Other grasses are useful as cover crops. When choosing species, be careful to avoid perennials such as fescue and perennial rye—while appropriate for permanent covers like pastures, they can be difficult to kill in more temporary cover cropping schemes. I have found “annual rye” or “Italian rye” (Lolium multiflorum) an especially useful grass cover—it is easy to grow, palatable to livestock, and suppresses weeds well. (Do note, though, that it can itself become a “weed” for following crops if allowed to set seeds.) This coming season I will be planting a sorghum/sudangrass hybrid (Sorghum x drummondii) for the first time. This is an excellent grass for summer (when most other grasses slow down a lot). Growing five to seven feet tall, it produces a tremendous amount of biomass, both above and below the soil; and will regrow after cutting, so can be used for mulches, hay, and warm-weather livestock forage. My ducks and geese love it.

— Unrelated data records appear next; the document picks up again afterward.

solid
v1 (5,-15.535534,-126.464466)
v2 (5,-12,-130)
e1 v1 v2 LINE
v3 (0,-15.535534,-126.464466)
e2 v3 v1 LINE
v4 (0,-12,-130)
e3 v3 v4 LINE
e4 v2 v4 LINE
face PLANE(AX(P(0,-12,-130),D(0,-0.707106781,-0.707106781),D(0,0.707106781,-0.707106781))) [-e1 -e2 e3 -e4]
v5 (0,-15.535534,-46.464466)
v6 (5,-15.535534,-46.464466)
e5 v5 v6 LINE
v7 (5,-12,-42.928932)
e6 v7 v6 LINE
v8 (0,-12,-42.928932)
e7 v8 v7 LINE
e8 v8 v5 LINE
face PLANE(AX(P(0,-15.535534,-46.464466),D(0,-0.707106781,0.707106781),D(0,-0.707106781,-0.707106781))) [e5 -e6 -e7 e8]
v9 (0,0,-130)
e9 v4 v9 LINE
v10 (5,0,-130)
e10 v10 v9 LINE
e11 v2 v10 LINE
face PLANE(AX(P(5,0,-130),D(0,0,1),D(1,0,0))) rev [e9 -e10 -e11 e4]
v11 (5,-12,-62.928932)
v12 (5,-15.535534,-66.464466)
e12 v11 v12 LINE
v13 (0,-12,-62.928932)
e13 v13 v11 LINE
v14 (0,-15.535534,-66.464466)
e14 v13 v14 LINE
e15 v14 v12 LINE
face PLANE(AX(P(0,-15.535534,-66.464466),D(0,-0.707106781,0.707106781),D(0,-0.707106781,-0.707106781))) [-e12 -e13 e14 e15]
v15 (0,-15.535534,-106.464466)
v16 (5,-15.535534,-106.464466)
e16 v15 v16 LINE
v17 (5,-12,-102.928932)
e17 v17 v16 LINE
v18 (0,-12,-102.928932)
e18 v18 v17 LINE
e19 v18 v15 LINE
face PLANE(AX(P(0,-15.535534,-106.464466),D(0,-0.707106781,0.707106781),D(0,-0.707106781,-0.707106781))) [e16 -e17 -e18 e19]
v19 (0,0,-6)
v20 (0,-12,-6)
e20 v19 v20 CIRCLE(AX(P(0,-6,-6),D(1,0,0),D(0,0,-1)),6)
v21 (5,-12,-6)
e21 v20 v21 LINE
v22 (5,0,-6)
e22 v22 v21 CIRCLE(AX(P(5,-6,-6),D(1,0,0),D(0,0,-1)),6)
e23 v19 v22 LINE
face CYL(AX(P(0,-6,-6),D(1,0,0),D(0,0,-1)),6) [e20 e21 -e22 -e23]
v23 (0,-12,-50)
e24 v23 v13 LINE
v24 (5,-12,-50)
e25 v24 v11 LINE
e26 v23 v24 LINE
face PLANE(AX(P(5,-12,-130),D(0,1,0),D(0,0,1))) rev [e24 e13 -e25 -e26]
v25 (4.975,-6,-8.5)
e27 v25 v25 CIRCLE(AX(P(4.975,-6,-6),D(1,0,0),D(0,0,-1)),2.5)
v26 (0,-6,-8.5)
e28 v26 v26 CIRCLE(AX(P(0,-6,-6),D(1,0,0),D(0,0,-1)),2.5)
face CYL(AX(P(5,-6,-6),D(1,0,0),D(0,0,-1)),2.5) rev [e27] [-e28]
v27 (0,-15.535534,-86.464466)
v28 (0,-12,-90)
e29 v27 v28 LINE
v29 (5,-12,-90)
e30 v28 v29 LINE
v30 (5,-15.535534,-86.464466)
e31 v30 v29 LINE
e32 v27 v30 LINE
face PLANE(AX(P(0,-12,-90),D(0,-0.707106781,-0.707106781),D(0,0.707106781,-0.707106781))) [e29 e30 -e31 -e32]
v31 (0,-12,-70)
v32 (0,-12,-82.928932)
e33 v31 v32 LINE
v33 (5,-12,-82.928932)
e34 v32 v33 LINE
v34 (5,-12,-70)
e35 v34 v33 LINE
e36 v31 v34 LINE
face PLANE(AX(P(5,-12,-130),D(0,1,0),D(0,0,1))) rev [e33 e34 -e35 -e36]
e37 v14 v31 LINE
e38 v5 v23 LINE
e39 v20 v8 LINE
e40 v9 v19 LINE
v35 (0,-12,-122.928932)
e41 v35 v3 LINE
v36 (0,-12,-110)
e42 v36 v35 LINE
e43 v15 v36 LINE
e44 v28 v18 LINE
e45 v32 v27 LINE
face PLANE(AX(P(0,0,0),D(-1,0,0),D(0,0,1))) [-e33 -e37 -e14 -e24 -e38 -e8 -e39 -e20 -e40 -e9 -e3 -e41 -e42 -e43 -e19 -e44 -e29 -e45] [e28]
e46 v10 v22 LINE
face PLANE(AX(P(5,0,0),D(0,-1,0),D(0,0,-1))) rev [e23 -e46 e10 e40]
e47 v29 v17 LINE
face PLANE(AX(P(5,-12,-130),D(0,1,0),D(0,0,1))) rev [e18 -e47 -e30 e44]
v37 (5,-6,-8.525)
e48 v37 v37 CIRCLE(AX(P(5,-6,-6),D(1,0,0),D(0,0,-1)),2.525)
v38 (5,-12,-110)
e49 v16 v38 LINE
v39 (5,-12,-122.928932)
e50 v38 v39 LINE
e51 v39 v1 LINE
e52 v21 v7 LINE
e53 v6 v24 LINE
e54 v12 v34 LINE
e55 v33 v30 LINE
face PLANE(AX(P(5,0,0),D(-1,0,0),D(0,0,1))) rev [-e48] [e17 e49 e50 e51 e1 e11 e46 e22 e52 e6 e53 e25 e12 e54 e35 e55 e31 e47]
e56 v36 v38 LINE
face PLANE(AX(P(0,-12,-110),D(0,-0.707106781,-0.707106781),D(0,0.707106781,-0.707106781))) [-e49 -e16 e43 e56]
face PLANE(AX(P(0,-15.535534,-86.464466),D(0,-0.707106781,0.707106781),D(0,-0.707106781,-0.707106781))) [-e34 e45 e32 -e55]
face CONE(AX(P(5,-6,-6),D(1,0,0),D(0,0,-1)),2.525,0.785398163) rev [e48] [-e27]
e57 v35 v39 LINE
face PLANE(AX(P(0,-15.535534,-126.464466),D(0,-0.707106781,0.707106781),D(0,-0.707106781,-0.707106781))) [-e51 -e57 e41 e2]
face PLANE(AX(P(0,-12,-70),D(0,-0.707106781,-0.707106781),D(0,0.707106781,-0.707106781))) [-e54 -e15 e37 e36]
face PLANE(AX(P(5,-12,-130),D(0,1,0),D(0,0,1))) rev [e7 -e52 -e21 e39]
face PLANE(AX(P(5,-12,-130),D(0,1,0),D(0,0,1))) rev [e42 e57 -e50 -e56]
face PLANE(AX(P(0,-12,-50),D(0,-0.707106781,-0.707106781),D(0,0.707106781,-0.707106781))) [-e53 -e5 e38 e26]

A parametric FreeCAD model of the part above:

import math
import FreeCAD as App
import Part
import Sketcher
Q = App.Units.Quantity


def add_polygon(sketch, points):
    """Adds a closed chain of lines whose ends are joined by coincident constraints."""
    first, n = sketch.GeometryCount, len(points)
    for a, b in zip(points, points[1:] + points[:1]):
        sketch.addGeometry(Part.LineSegment(App.Vector(*a, 0), App.Vector(*b, 0)), False)
    for i in range(n):
        sketch.addConstraint(Sketcher.Constraint("Coincident", first + i, 2, first + (i + 1) % n, 1))

doc = App.newDocument("Part")
params = doc.addObject("Spreadsheet::Sheet", "Params")
for row, (alias, value) in enumerate([
    ("sketch1_width", "12 mm"),
    ("sketch1_height", "130 mm"),
    ("pad1_length", "5 mm"),
    ("sketch2_length", "5 mm"),
    ("pad2_length", "5 mm"),
    ("sketch3_radius", "6 mm"),
    ("sketch4_diameter", "5 mm"),
    ("hole_diameter", "5 mm"),
    ("hole_csink_diameter", "5.05 mm"),
], start=1):
    params.set(f"A{row}", alias)
    params.set(f"B{row}", "=" + value)
    params.setAlias(f"B{row}", alias)

body = doc.addObject("PartDesign::Body", "Body")

# Sketch on YZ plane
sketch1 = body.newObject("Sketcher::SketchObject", "Sketch")
sketch1.AttachmentSupport = (doc.getObject("YZ_Plane"), [""])
sketch1.MapMode = "FlatFace"
add_polygon(sketch1, [(0, 0), (-12, 0), (-12, -130), (0, -130)])  # lines 0-3
sketch1.addConstraint(Sketcher.Constraint("Horizontal", 0))
sketch1.addConstraint(Sketcher.Constraint("Vertical", 1))
sketch1.addConstraint(Sketcher.Constraint("Horizontal", 2))
sketch1.addConstraint(Sketcher.Constraint("Vertical", 3))
sketch1.addConstraint(Sketcher.Constraint("Coincident", 3, 2, -1, 1))
sketch1.addConstraint(Sketcher.Constraint("DistanceX", 0, 2, 0, 1, Q("12 mm")))
sketch1.addConstraint(Sketcher.Constraint("DistanceY", 1, 2, 1, 1, Q("130 mm")))
sketch1.setExpression("Constraints[9]", "Params.sketch1_width")
sketch1.setExpression("Constraints[10]", "Params.sketch1_height")
pad1 = body.newObject("PartDesign::Pad", "Pad")
pad1.Profile = sketch1
pad1.setExpression("Length", "Params.pad1_length")

# Sketch on YZ plane
sketch2 = body.newObject("Sketcher::SketchObject", "Sketch001")
sketch2.AttachmentSupport = (doc.getObject("YZ_Plane"), [""])
sketch2.MapMode = "FlatFace"
sketch2.AttachmentOffset = App.Placement(App.Vector(0, 0, 5), App.Rotation())
add_polygon(sketch2, [(-16, -126), (-12, -130), (-12, -123)])  # lines 0-2
add_polygon(sketch2, [(-12, -103), (-16, -106), (-12, -110)])  # lines 3-5
add_polygon(sketch2, [(-12, -83), (-16, -86), (-12, -90)])  # lines 6-8
add_polygon(sketch2, [(-12, -63), (-16, -66), (-12, -70)])  # lines 9-11
add_polygon(sketch2, [(-12, -43), (-16, -46), (-12, -50)])  # lines 12-14
sketch2.addConstraint(Sketcher.Constraint("Vertical", 1))
sketch2.addConstraint(Sketcher.Constraint("Vertical", 5))
sketch2.addConstraint(Sketcher.Constraint("Vertical", 8))
sketch2.addConstraint(Sketcher.Constraint("Vertical", 11))
sketch2.addConstraint(Sketcher.Constraint("Vertical", 14))
sketch2.addConstraint(Sketcher.Constraint("Perpendicular", 0, 2))
sketch2.addConstraint(Sketcher.Constraint("Parallel", 2, 3))
sketch2.addConstraint(Sketcher.Constraint("Perpendicular", 3, 4))
sketch2.addConstraint(Sketcher.Constraint("Perpendicular", 4, 6))
sketch2.addConstraint(Sketcher.Constraint("Perpendicular", 6, 7))
sketch2.addConstraint(Sketcher.Constraint("Perpendicular", 7, 9))
sketch2.addConstraint(Sketcher.Constraint("Perpendicular", 9, 10))
sketch2.addConstraint(Sketcher.Constraint("Perpendicular", 10, 12))
sketch2.addConstraint(Sketcher.Constraint("Perpendicular", 12, 13))
sketch2.addConstraint(Sketcher.Constraint("Vertical", 2, 2, 3, 2))
sketch2.addConstraint(Sketcher.Constraint("Vertical", 1, 2, 4, 2))
sketch2.addConstraint(Sketcher.Constraint("Vertical", 3, 2, 6, 2))
sketch2.addConstraint(Sketcher.Constraint("Vertical", 5, 2, 7, 2))
sketch2.addConstraint(Sketcher.Constraint("Vertical", 6, 2, 9, 2))
sketch2.addConstraint(Sketcher.Constraint("Vertical", 8, 2, 10, 2))
sketch2.addConstraint(Sketcher.Constraint("Vertical", 9, 2, 12, 2))
sketch2.addConstraint(Sketcher.Constraint("Vertical", 11, 2, 13, 2))
sketch2.addConstraint(Sketcher.Constraint("Equal", 0, 2))
sketch2.addConstraint(Sketcher.Constraint("Distance", 0, Q("5 mm")))
sketch2.addConstraint(Sketcher.Constraint("DistanceX", 0, 2, -1, 1, Q("12 mm")))
sketch2.addConstraint(Sketcher.Constraint("DistanceY", 0, 2, -1, 1, Q("130 mm")))
sketch2.addConstraint(Sketcher.Constraint("DistanceY", 4, 2, -1, 1, Q("110 mm")))
sketch2.addConstraint(Sketcher.Constraint("DistanceY", 7, 2, -1, 1, Q("90 mm")))
sketch2.addConstraint(Sketcher.Constraint("DistanceY", 10, 2, -1, 1, Q("70 mm")))
sketch2.addConstraint(Sketcher.Constraint("DistanceY", 13, 2, -1, 1, Q("50 mm")))
sketch2.setExpression("Constraints[38]", "Params.sketch2_length")
pad2 = body.newObject("PartDesign::Pad", "Pad001")
pad2.Profile = sketch2
pad2.setExpression("Length", "Params.pad2_length")
pad2.Reversed = True

# Sketch on YZ plane
sketch3 = body.newObject("Sketcher::SketchObject", "Sketch002")
sketch3.AttachmentSupport = (doc.getObject("YZ_Plane"), [""])
sketch3.MapMode = "FlatFace"
sketch3.AttachmentOffset = App.Placement(App.Vector(0, 0, 5), App.Rotation())
sketch3.addGeometry(Part.ArcOfCircle(Part.Circle(App.Vector(-6, -6, 0), App.Vector(0, 0, 1), 6), math.radians(0), math.radians(90)), False)
sketch3.addGeometry(Part.LineSegment(App.Vector(0, -6, 0), App.Vector(0, 0, 0)), False)
sketch3.addGeometry(Part.LineSegment(App.Vector(0, 0, 0), App.Vector(-6, 0, 0)), False)
sketch3.addGeometry(Part.ArcOfCircle(Part.Circle(App.Vector(-6, -6, 0), App.Vector(0, 0, 1), 6), math.radians(90), math.radians(180)), False)
sketch3.addGeometry(Part.LineSegment(App.Vector(-6, 0, 0), App.Vector(-12, 0, 0)), False)
sketch3.addGeometry(Part.LineSegment(App.Vector(-12, 0, 0), App.Vector(-12, -6, 0)), False)
sketch3.addConstraint(Sketcher.Constraint("Tangent", 0, 1, 1, 1))
sketch3.addConstraint(Sketcher.Constraint("Coincident", 1, 2, 2, 1))
sketch3.addConstraint(Sketcher.Constraint("Tangent", 2, 2, 0, 2))
sketch3.addConstraint(Sketcher.Constraint("Tangent", 3, 1, 4, 1))
sketch3.addConstraint(Sketcher.Constraint("Coincident", 4, 2, 5, 1))
sketch3.addConstraint(Sketcher.Constraint("Tangent", 5, 2, 3, 2))
sketch3.addConstraint(Sketcher.Constraint("Vertical", 1))
sketch3.addConstraint(Sketcher.Constraint("Horizontal", 2))
sketch3.addConstraint(Sketcher.Constraint("Horizontal", 4))
sketch3.addConstraint(Sketcher.Constraint("Vertical", 5))
sketch3.addConstraint(Sketcher.Constraint("Coincident", 1, 2, -1, 1))
sketch3.addConstraint(Sketcher.Constraint("Coincident", 3, 3, 0, 3))
sketch3.addConstraint(Sketcher.Constraint("Equal", 0, 3))
sketch3.addConstraint(Sketcher.Constraint("Radius", 0, Q("6 mm")))
sketch3.setExpression("Constraints[13]", "Params.sketch3_radius")
pocket1 = body.newObject("PartDesign::Pocket", "Pocket")
pocket1.Profile = sketch3
pocket1.Type = "ThroughAll"

# Sketch on YZ plane
sketch4 = body.newObject("Sketcher::SketchObject", "Sketch003")
sketch4.AttachmentSupport = (doc.getObject("YZ_Plane"), [""])
sketch4.MapMode = "FlatFace"
sketch4.AttachmentOffset = App.Placement(App.Vector(0, 0, 5), App.Rotation())
sketch4.addGeometry(Part.Circle(App.Vector(-6, -6, 0), App.Vector(0, 0, 1), 2.5), False)
sketch4.addConstraint(Sketcher.Constraint("Diameter", 0, Q("5 mm")))
sketch4.addConstraint(Sketcher.Constraint("DistanceX", 0, 3, -1, 1, Q("6 mm")))
sketch4.addConstraint(Sketcher.Constraint("DistanceY", 0, 3, -1, 1, Q("6 mm")))
sketch4.setExpression("Constraints[0]", "Params.sketch4_diameter")
doc.recompute()
hole = body.newObject("PartDesign::Hole", "Hole")
hole.Profile = sketch4
hole.ThreadType = "None"
hole.setExpression("Diameter", "Params.hole_diameter")
hole.DepthType = "ThroughAll"
hole.HoleCutType = "Countersink"
hole.setExpression("HoleCutDiameter", "Params.hole_csink_diameter")
hole.HoleCutCountersinkAngle = 90

doc.recompute()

Some of the common crucifers grown for people food also serve well as cover crops. Turnips, mustards, kale, and rape have a “cleansing effect” on the soil, ridding it of fungal diseases and parasites, such as root knot nematode. All are easy, fast-growing crops, and make excellent green forage for poultry, pigs, and other livestock. Grow them spring or fall—none of them do well as a hot-weather crop.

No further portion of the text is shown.